Issue: 12. (December)

First Page: 2584

Last Page: 2608

Title: Tectonic Deformation of Wingate Sandstone, Colorado National Monument

Author(s): William R. Jamison(2), David W. Stearns(3)

Abstract:

Along the northeast flank of the Uncompahgre Plateau, forced folds developed in a 2-km-thick (6,500 ft thick) sequence of sandstones and shales above high-angle basement faults during the Laramide(?) orogeny. The structures developed in the aeolian Wingate Sandstone, which lies near the base of this section of sedimentary rocks, are well exposed in many of the canyons within the Colorado National Monument. Within these structures, Wingate beds have been substantially flexed and attenuated with little attendant fracturing or major faulting. The primary deformational features producing the observed strain within the Wingate are microfaults. Microfaults are roughly planar zones across which small, but discernible, amounts of shear displacement have occurred. These features r rely continue through major bedding-unit contacts. Microfaults are conspicuous in outcrop by virtue of a light-colored and relatively resistant gouge zone. The gouge consists of a 0.3-mm-wide (0.01 in. wide) zone of mechanically comminuted and compacted sand grains. The porosity of this initially high-porosity sandstone is substantially reduced both within and along the boundaries of the gouge zone.

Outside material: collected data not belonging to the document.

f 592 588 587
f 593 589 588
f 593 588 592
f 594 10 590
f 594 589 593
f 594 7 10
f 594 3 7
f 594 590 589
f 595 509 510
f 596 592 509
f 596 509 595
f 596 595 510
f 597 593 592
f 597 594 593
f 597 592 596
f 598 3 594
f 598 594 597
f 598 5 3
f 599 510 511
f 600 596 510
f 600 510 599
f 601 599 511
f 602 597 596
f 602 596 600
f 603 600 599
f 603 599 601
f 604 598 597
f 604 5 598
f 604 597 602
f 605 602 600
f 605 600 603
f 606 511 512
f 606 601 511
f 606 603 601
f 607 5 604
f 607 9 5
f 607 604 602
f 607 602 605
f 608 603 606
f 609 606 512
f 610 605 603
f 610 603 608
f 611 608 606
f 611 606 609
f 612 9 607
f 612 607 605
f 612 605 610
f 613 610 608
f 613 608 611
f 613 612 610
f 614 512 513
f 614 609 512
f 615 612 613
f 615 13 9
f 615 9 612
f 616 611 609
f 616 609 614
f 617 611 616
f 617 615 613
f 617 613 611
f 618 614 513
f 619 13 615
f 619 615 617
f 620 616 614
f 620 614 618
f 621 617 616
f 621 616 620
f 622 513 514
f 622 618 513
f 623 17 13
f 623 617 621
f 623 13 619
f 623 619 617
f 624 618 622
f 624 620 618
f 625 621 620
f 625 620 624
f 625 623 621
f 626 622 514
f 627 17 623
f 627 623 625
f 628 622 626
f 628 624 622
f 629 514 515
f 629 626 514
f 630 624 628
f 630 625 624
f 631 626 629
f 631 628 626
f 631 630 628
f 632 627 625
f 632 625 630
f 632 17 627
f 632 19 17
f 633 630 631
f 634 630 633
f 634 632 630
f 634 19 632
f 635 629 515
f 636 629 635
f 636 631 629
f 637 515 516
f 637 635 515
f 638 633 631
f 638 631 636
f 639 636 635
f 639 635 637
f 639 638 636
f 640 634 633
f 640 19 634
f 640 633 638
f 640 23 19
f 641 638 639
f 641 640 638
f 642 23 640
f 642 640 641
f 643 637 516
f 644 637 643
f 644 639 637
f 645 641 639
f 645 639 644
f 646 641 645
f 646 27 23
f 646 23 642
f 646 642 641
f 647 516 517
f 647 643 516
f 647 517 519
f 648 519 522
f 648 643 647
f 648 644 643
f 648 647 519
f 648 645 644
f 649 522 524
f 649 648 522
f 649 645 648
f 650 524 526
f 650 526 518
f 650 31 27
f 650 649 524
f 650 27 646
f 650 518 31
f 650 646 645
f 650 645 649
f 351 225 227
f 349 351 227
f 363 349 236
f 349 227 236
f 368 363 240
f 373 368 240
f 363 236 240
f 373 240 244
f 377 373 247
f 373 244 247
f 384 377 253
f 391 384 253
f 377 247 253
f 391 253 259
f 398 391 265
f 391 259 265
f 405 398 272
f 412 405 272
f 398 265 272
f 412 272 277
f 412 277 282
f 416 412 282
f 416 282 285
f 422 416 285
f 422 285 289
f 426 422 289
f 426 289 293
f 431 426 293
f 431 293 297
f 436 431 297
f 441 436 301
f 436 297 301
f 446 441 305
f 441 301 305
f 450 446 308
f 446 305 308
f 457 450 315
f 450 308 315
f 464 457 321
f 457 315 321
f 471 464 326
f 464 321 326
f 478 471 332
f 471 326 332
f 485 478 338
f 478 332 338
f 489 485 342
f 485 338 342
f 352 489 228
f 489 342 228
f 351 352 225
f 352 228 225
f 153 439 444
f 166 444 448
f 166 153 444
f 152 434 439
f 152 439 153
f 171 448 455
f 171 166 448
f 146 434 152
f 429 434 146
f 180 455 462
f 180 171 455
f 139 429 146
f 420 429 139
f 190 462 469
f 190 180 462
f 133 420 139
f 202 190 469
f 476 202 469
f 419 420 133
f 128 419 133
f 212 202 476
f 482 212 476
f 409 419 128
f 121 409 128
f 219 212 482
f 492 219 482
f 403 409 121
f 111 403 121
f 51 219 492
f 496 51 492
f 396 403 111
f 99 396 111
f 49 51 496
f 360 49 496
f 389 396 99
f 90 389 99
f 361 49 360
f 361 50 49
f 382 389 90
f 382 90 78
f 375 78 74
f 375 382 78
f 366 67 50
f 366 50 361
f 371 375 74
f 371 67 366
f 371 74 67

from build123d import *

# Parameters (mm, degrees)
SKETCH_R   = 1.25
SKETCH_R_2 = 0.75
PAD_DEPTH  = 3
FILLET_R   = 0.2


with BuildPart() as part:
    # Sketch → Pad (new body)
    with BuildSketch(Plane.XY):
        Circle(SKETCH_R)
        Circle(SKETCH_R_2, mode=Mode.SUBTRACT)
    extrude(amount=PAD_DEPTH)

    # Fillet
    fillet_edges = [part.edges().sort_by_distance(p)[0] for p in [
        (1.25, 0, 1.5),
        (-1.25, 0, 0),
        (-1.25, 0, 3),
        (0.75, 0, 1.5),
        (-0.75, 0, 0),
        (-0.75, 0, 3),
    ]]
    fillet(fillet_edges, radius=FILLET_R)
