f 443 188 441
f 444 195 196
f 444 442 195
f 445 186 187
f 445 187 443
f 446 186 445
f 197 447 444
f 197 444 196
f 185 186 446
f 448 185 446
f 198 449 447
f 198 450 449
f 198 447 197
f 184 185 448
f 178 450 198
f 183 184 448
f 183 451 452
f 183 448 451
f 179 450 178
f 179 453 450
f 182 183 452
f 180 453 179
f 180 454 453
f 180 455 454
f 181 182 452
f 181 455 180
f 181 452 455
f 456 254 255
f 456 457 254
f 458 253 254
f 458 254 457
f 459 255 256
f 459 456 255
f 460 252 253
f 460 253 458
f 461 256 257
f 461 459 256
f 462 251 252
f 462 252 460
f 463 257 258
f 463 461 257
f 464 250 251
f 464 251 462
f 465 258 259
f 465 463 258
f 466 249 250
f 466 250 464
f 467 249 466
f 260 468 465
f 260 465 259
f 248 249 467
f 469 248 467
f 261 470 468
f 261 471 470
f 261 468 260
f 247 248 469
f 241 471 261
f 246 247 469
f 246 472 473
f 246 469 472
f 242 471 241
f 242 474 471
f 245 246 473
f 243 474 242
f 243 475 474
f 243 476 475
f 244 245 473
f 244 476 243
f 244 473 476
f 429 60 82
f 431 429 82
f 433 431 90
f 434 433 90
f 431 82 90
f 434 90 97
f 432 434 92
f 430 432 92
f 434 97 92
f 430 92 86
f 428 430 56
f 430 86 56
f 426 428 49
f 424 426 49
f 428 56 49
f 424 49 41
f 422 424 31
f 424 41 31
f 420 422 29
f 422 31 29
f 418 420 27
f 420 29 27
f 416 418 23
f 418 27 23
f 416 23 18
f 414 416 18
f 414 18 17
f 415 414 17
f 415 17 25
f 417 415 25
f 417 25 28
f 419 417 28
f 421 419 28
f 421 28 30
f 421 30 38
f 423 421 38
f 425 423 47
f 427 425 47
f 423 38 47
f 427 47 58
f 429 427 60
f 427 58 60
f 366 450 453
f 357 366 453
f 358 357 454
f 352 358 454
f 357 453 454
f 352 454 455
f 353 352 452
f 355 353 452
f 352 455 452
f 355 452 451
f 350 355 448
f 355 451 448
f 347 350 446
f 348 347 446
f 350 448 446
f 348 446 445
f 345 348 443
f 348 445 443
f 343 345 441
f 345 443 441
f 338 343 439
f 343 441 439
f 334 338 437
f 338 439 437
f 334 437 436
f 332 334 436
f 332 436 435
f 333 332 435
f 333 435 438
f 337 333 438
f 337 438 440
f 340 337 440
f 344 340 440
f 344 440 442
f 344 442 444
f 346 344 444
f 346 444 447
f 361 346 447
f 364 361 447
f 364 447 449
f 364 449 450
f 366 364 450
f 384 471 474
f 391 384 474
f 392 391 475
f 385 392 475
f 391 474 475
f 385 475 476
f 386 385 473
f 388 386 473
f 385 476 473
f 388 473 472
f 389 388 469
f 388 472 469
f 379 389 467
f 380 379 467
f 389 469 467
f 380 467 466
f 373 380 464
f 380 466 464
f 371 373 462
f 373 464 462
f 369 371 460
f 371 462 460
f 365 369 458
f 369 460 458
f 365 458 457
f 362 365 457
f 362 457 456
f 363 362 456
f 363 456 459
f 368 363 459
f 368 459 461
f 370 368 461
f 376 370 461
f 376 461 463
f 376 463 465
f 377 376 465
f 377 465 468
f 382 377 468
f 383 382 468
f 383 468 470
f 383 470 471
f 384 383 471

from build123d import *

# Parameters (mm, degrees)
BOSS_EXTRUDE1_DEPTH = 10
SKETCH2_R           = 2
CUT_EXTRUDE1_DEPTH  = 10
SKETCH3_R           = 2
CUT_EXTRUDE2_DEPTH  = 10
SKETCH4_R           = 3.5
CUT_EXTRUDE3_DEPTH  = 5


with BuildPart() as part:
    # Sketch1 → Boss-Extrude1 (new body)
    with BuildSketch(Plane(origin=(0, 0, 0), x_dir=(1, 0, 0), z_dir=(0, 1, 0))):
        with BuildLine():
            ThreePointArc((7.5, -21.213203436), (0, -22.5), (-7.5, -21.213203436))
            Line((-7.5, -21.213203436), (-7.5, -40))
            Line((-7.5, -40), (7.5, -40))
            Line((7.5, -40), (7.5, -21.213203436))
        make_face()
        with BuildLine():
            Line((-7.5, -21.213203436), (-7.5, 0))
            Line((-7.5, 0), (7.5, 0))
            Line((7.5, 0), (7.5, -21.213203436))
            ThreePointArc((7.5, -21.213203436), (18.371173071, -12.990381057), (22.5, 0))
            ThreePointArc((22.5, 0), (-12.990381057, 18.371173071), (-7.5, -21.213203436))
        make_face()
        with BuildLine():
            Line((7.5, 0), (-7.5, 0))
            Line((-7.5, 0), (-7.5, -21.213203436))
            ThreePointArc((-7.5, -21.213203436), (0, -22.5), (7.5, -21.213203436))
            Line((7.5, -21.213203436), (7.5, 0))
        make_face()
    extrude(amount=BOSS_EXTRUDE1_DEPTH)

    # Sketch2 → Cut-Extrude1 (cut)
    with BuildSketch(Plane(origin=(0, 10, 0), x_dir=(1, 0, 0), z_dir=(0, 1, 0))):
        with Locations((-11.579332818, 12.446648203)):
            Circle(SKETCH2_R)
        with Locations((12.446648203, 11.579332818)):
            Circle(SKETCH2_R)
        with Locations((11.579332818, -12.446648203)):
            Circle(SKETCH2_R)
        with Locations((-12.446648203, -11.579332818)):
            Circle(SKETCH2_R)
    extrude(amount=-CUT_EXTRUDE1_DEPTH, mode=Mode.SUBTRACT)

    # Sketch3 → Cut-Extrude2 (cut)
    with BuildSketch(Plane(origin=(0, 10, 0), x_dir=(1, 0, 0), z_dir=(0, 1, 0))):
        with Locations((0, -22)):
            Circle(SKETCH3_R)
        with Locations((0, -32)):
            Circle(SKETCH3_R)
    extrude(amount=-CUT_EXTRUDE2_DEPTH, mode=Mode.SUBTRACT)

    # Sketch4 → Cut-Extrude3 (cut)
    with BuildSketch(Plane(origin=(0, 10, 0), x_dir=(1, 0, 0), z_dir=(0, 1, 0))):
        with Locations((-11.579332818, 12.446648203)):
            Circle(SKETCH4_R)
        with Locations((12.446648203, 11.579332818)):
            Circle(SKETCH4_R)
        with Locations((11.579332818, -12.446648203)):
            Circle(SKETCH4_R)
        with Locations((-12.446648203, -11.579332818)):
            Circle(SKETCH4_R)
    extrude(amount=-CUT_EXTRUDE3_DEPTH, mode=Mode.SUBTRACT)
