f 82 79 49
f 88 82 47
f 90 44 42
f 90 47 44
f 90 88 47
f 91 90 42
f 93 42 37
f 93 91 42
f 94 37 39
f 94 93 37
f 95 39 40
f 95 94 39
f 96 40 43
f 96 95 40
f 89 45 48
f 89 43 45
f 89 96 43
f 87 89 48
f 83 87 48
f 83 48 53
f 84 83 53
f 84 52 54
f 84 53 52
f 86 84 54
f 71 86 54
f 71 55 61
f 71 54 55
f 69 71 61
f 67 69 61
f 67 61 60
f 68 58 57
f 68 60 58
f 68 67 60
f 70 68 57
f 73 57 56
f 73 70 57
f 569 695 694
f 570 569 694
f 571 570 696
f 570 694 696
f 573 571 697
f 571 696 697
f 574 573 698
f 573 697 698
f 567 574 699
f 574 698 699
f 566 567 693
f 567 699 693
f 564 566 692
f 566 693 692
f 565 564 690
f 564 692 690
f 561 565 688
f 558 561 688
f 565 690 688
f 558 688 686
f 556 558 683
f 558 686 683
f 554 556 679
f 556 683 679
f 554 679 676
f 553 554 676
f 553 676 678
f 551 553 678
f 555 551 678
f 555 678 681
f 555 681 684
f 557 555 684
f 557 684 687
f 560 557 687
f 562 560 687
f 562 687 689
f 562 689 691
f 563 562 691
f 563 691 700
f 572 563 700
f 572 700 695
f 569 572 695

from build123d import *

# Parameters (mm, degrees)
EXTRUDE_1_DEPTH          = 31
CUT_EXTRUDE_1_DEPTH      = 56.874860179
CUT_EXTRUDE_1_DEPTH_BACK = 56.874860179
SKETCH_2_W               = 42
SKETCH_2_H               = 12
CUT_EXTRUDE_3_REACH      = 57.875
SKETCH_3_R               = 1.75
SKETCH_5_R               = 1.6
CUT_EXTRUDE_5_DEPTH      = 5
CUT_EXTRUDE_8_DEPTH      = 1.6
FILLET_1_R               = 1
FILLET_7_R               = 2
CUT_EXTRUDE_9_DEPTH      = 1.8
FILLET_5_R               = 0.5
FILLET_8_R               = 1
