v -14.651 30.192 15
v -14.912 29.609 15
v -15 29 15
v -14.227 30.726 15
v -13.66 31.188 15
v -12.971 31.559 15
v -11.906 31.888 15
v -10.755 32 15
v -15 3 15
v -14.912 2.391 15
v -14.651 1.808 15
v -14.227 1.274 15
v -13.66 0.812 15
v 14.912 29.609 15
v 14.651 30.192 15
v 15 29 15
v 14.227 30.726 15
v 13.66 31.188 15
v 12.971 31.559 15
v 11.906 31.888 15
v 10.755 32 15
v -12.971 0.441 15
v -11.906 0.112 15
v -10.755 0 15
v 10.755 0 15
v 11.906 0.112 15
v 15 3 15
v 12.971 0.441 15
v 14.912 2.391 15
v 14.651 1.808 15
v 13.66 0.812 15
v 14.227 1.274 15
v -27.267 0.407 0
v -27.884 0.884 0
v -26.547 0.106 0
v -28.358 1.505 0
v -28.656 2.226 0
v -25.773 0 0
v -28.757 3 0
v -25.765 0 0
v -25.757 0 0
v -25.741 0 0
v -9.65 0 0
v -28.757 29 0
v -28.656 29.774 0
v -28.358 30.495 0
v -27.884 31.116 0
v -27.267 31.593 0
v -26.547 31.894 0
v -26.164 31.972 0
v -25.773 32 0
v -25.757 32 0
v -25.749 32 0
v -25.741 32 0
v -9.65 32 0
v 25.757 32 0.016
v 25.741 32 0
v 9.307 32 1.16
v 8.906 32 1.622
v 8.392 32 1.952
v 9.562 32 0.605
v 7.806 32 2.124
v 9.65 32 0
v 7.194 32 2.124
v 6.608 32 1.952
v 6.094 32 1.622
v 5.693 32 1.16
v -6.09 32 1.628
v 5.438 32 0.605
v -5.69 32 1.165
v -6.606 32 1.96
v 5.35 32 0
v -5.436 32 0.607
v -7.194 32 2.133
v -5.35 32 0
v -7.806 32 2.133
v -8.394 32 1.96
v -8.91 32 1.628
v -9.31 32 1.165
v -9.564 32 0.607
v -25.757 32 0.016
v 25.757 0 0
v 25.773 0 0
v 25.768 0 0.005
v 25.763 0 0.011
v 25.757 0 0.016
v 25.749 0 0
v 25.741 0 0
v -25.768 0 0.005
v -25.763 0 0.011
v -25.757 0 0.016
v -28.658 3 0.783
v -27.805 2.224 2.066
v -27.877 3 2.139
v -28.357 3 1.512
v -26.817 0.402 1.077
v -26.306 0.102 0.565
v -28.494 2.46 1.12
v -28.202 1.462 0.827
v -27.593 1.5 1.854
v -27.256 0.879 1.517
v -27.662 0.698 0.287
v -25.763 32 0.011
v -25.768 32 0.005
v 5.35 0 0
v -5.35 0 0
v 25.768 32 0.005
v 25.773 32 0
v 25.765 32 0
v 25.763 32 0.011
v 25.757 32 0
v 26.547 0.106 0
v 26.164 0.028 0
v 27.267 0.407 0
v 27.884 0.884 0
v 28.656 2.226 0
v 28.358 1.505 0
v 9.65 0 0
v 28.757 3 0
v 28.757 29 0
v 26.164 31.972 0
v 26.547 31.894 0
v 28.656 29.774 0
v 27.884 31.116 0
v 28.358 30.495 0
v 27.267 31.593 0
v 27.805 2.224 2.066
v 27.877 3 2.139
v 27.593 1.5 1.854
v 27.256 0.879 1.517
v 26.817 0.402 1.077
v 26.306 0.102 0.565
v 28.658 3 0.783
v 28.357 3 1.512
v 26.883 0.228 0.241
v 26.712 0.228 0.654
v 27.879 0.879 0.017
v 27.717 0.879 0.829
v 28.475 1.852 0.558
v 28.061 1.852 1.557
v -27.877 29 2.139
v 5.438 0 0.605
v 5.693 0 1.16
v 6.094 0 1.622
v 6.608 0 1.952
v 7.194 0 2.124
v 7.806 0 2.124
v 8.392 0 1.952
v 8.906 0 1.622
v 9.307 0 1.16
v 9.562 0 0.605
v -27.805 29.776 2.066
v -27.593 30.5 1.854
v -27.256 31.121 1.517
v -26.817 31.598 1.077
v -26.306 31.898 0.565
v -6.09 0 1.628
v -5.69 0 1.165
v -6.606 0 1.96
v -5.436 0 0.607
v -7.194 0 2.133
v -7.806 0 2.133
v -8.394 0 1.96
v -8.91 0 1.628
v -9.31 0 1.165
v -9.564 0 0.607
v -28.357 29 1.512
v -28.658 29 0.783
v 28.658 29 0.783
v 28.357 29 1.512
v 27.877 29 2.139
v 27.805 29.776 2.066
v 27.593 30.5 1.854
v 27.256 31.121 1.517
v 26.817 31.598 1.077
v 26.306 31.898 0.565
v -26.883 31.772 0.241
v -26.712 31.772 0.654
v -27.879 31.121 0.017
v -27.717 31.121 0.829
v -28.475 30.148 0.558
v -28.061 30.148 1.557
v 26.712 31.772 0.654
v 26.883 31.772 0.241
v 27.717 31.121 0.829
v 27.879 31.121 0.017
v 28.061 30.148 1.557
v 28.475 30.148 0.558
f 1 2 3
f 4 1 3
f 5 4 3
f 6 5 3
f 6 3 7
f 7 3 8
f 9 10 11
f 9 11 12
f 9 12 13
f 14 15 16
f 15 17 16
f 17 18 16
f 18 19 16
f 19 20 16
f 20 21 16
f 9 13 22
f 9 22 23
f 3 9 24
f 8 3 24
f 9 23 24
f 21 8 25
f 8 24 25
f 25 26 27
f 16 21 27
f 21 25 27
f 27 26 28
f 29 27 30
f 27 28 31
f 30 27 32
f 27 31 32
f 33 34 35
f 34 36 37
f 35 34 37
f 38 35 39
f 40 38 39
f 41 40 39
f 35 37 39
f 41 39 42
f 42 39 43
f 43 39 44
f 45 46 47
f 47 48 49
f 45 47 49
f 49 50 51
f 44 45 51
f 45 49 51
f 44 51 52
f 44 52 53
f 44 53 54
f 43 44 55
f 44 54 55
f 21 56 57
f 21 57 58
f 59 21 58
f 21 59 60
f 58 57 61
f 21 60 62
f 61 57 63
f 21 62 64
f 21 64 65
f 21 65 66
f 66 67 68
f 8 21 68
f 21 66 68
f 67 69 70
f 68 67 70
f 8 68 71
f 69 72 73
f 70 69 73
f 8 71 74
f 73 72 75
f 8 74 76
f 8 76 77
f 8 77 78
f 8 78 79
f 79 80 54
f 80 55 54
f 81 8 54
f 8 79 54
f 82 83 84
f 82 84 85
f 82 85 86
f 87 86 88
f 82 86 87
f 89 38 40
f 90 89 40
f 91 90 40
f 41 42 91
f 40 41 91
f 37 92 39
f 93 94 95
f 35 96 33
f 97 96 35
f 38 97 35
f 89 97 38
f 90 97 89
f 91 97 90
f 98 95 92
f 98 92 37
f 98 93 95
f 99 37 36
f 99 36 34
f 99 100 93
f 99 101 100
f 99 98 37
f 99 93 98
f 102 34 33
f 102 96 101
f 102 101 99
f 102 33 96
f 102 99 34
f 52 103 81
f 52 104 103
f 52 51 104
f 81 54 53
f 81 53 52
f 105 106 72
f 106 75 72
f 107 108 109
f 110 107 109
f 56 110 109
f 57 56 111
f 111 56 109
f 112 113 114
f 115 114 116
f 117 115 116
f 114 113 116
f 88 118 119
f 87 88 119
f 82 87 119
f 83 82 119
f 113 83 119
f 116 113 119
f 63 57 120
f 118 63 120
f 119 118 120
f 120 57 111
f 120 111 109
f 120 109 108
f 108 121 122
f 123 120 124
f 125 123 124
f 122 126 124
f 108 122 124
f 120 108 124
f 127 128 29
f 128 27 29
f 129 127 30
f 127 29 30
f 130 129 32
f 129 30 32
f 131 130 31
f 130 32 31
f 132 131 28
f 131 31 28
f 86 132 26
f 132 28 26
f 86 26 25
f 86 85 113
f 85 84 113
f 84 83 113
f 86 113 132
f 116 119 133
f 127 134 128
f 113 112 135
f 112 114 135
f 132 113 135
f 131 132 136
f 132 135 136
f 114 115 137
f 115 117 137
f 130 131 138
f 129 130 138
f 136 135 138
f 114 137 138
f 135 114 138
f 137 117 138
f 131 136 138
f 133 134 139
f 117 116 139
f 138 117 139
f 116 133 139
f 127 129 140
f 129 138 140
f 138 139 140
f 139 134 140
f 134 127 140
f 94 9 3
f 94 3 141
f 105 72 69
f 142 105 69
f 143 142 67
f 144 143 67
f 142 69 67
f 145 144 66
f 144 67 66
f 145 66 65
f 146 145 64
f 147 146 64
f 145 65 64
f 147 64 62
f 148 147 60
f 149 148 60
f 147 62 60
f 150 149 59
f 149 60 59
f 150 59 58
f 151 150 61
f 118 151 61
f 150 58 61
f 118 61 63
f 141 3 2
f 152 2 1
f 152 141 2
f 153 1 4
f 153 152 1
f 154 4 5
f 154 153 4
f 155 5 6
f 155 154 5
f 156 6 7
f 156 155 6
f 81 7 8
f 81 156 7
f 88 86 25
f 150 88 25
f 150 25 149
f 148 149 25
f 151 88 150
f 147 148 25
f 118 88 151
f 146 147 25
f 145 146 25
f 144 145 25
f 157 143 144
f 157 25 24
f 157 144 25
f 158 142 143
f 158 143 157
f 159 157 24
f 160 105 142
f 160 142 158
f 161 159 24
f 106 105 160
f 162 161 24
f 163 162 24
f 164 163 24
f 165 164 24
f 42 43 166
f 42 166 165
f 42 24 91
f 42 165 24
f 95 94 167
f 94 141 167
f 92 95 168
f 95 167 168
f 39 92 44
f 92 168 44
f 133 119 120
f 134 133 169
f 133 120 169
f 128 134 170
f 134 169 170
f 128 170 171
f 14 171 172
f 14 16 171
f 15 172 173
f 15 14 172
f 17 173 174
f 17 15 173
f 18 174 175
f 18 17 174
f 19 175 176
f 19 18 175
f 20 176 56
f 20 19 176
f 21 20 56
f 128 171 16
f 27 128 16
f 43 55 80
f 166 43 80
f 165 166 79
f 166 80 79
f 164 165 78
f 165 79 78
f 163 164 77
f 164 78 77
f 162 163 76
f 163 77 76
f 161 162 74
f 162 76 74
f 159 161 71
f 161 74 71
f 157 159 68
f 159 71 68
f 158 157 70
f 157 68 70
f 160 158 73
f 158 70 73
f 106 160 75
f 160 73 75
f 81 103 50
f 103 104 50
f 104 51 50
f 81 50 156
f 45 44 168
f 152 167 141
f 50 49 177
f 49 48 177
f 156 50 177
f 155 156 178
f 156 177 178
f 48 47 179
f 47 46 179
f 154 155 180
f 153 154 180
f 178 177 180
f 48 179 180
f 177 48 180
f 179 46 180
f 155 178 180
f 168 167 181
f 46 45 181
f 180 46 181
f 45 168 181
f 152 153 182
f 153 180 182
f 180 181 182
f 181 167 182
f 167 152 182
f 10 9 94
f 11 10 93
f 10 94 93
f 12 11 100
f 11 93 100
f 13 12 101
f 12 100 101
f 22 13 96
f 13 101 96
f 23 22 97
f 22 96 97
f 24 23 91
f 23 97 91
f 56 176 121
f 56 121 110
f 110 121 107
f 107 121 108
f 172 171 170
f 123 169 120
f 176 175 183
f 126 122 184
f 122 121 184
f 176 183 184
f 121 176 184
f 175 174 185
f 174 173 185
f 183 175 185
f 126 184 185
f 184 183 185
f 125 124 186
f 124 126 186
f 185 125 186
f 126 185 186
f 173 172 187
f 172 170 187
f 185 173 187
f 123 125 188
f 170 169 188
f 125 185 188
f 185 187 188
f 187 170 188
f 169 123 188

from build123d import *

# Parameters (mm, degrees)
SKETCH1_W           = 30
SKETCH1_H           = 30.000023288
BOSS_EXTRUDE2_DEPTH = 32
FILLET1_R           = 3
SKETCH3_R           = 2.15
CUT_EXTRUDE1_DEPTH  = 63
SKETCH5_W           = 78.057106385
SKETCH5_H           = 38.470116024
CUT_EXTRUDE2_DEPTH  = 63


with BuildPart() as part:
    # Sketch1 → Boss-Extrude2 (new body)
    with BuildSketch(Plane(origin=(0, 0, 0), x_dir=(1, 0, 0), z_dir=(0, 1, 0))):
        Polygon((-15, 15.000011644), (-15, -15.000011644), (-30, -0.01868994), align=None)
        Rectangle(SKETCH1_W, SKETCH1_H)
        Polygon((30, -0.01868994), (15, -15.000011644), (15, 15.000011644), align=None)
    extrude(amount=BOSS_EXTRUDE2_DEPTH)

    # Fillet1
    fillet1_edges = [part.edges().sort_by_distance(p)[0] for p in [
        (-22.5, 0, 7.509350792),
        (-30, 16, 0.01868994),
        (30, 16, 0.01868994),
        (22.5, 32, 7.509350792),
        (22.5, 32, -7.490660852),
        (-22.5, 32, -7.490660852),
        (-22.5, 32, 7.509350792),
        (-22.5, 0, -7.490660852),
        (22.5, 0, -7.490660852),
        (22.5, 0, 7.509350792),
    ]]
    fillet(fillet1_edges, radius=FILLET1_R)

    # Sketch3 → Cut-Extrude1 (cut)
    with BuildSketch(Plane(origin=(0, 32, 0), x_dir=(1, 0, 0), z_dir=(0, 1, 0))):
        with Locations(Location((-7.499998545, -0.004672484, 0), (0, 0, 270))):
            Circle(SKETCH3_R)
        with Locations(Location((7.5, 0.004672485, 0), (0, 0, 270))):
            Circle(SKETCH3_R)
    extrude(amount=-CUT_EXTRUDE1_DEPTH, mode=Mode.SUBTRACT)

    # Sketch5 → Cut-Extrude2 (cut)
    with BuildSketch(Plane.XY):
        with Locations((3.040380137, 18.388870108)):
            Rectangle(SKETCH5_W, SKETCH5_H)
    extrude(amount=-CUT_EXTRUDE2_DEPTH, mode=Mode.SUBTRACT)


solid = part.part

Shear displacement along a microfault of greater than ~5 mm (0.2 in.) produces additional gouge zone segments, which results in a braided or anastomosing texture. Microfaults form in conjugate shear systems that intersect at 20° to 40°, roughly in accord with the predictions of the Mohr-Coulomb criterion. This organized arrangement of low-porosity gouge zones produces a reduction in the permeability of this sandstone, perpendicular to the microfaults, by as much as three orders of magnitude. Microfaults forming parallel to cross-beds and cross-bed-set boundaries occur locally within the Wingate structures, as do microfaults arranged in a Riedel shear-zone fabric. Assessment of mechanisms involved in gouge-zone development, generation of the anastomosing gouge-zone fabric, and offsetting relationships suggests that deformation by microfaulting is a strain-hardening process. This strain hardening terminates when a major fault zone has developed through the Wingate Formation.